====== RECORDS

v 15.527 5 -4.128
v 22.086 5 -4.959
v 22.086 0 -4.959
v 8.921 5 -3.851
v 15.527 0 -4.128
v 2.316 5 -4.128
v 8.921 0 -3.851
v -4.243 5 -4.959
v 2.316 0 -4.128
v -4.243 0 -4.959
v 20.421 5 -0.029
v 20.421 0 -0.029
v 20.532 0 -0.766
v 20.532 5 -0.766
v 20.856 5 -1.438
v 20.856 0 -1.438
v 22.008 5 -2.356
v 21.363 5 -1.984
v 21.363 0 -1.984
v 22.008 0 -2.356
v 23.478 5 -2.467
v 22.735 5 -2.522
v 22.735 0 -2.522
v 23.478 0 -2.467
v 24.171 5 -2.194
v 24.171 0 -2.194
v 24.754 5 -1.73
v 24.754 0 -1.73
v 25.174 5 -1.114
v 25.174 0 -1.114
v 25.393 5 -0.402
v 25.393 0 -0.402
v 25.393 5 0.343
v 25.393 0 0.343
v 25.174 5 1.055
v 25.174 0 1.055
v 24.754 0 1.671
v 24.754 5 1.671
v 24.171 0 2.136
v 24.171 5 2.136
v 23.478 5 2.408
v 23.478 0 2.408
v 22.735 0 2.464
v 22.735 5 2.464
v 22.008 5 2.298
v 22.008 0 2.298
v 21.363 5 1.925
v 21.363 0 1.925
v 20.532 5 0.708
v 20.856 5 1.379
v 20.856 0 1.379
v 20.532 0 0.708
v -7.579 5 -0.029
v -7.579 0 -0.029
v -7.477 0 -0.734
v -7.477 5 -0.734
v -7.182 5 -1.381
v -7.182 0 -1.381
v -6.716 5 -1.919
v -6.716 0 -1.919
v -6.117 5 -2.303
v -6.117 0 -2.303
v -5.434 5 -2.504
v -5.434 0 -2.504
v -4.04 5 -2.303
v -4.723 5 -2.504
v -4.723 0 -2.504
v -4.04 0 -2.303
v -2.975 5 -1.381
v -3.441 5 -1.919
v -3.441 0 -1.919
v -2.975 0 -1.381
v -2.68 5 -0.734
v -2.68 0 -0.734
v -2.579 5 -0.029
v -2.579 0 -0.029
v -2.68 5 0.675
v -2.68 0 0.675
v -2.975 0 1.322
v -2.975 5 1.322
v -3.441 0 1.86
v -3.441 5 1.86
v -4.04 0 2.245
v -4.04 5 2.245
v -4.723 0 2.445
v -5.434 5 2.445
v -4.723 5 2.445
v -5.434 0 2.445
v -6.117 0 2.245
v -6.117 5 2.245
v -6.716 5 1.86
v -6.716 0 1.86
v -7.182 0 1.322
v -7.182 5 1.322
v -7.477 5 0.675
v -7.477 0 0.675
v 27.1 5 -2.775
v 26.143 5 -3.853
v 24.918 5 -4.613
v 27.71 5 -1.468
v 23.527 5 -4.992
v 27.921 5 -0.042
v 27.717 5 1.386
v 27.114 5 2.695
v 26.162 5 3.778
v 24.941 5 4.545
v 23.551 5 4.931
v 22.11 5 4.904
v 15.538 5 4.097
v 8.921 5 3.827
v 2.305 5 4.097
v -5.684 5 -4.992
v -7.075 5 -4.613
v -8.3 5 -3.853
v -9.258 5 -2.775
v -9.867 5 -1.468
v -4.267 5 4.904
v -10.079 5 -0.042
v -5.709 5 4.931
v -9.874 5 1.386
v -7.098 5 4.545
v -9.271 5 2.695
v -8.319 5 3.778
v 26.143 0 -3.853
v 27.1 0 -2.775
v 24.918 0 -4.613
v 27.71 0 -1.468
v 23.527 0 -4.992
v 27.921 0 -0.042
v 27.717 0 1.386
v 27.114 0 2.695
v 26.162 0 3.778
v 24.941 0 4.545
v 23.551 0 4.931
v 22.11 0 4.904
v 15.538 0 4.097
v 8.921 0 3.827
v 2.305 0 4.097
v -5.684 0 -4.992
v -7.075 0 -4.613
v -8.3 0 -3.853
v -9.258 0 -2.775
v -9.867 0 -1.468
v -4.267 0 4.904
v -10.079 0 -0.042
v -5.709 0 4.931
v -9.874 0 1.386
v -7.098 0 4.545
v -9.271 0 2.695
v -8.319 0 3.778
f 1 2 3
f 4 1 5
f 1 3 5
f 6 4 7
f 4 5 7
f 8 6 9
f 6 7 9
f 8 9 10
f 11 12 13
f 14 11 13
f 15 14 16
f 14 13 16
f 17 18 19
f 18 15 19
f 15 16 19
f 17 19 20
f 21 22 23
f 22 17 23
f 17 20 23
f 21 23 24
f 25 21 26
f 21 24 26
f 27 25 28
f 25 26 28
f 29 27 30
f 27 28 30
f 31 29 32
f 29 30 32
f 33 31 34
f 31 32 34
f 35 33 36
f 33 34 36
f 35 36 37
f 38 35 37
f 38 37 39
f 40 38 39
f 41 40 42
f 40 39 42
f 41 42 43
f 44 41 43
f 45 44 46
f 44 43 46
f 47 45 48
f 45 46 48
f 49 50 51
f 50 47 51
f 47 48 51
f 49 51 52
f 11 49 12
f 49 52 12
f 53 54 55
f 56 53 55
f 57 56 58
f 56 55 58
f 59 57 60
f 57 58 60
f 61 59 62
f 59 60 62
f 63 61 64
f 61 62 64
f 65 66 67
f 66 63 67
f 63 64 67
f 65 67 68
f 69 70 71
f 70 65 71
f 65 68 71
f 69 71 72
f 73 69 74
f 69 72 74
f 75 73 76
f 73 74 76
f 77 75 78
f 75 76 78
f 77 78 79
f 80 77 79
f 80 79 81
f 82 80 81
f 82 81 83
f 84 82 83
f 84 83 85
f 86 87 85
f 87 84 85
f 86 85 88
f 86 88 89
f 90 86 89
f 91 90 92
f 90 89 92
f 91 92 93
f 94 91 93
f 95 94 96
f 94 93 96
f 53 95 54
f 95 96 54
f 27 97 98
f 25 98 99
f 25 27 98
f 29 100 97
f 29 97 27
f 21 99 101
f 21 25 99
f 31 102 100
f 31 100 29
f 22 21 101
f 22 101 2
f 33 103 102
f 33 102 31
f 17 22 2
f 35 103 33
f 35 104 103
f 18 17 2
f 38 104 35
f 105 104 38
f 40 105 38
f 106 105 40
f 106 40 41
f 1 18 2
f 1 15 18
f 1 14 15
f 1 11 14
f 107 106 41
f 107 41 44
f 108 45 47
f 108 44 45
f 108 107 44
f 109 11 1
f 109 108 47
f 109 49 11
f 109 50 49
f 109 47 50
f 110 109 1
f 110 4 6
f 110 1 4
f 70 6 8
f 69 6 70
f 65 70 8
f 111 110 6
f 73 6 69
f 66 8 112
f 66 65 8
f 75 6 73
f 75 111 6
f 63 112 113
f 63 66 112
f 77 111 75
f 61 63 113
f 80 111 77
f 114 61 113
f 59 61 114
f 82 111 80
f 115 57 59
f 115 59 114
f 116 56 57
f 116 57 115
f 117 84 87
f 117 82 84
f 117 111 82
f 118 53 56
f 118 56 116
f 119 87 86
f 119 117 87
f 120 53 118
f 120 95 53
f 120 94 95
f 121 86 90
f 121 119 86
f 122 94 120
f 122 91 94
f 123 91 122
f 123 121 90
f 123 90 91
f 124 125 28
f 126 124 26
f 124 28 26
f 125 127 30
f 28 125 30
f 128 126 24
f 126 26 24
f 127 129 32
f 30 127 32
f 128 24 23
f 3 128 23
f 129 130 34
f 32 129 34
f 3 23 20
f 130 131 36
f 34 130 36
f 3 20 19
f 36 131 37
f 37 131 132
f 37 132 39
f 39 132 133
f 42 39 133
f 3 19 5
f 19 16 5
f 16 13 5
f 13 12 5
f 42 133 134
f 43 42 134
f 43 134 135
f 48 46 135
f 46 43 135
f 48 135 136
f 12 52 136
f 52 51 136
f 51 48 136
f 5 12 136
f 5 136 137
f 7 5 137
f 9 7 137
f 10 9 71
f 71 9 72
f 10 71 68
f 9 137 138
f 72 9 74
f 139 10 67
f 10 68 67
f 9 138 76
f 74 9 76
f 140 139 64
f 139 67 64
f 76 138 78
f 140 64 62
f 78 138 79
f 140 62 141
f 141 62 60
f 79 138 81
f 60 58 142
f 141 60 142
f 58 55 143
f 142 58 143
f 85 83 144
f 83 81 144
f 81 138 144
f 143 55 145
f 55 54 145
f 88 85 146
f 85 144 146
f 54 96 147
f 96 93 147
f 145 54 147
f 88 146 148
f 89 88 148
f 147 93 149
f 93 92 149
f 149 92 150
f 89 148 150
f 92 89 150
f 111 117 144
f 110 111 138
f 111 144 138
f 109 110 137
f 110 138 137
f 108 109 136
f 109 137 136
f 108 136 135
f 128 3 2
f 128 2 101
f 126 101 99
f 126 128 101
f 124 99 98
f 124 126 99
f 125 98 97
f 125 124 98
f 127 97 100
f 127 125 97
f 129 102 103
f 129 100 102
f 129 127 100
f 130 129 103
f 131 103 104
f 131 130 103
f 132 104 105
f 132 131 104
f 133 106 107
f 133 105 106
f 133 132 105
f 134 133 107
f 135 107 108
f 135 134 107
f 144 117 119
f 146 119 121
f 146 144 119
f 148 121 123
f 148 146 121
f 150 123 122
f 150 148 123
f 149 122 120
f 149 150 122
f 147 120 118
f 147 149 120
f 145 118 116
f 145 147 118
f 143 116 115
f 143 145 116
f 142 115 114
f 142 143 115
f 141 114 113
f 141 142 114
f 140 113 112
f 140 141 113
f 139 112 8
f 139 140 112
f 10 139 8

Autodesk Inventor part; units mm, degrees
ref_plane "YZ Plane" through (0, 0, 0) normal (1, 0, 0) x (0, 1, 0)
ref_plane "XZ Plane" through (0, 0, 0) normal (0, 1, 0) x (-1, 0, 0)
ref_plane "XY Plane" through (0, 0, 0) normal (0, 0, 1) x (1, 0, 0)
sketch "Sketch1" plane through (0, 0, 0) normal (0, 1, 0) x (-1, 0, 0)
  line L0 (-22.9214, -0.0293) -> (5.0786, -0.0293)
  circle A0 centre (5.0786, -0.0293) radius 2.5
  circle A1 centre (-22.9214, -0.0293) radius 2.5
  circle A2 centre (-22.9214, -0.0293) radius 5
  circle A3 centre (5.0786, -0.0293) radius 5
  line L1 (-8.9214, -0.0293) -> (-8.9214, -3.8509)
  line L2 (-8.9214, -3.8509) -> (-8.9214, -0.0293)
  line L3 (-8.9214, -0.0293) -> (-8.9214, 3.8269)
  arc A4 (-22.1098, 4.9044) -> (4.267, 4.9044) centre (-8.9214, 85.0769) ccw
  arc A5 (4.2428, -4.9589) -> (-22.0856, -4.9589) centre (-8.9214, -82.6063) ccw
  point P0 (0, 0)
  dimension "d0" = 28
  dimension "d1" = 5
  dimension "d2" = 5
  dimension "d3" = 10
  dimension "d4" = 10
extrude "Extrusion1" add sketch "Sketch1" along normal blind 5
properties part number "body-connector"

============

## EXERCISE INSTRUCTIONS
There is a run of lines above from the one with "v 25.174 0 1.055" to the one with "v -4.723 0 -2.504"; print exactly that run, both ends included, and nothing else.

## FINISHED TASK
v 25.174 0 1.055
v 24.754 0 1.671
v 24.754 5 1.671
v 24.171 0 2.136
v 24.171 5 2.136
v 23.478 5 2.408
v 23.478 0 2.408
v 22.735 0 2.464
v 22.735 5 2.464
v 22.008 5 2.298
v 22.008 0 2.298
v 21.363 5 1.925
v 21.363 0 1.925
v 20.532 5 0.708
v 20.856 5 1.379
v 20.856 0 1.379
v 20.532 0 0.708
v -7.579 5 -0.029
v -7.579 0 -0.029
v -7.477 0 -0.734
v -7.477 5 -0.734
v -7.182 5 -1.381
v -7.182 0 -1.381
v -6.716 5 -1.919
v -6.716 0 -1.919
v -6.117 5 -2.303
v -6.117 0 -2.303
v -5.434 5 -2.504
v -5.434 0 -2.504
v -4.04 5 -2.303
v -4.723 5 -2.504
v -4.723 0 -2.504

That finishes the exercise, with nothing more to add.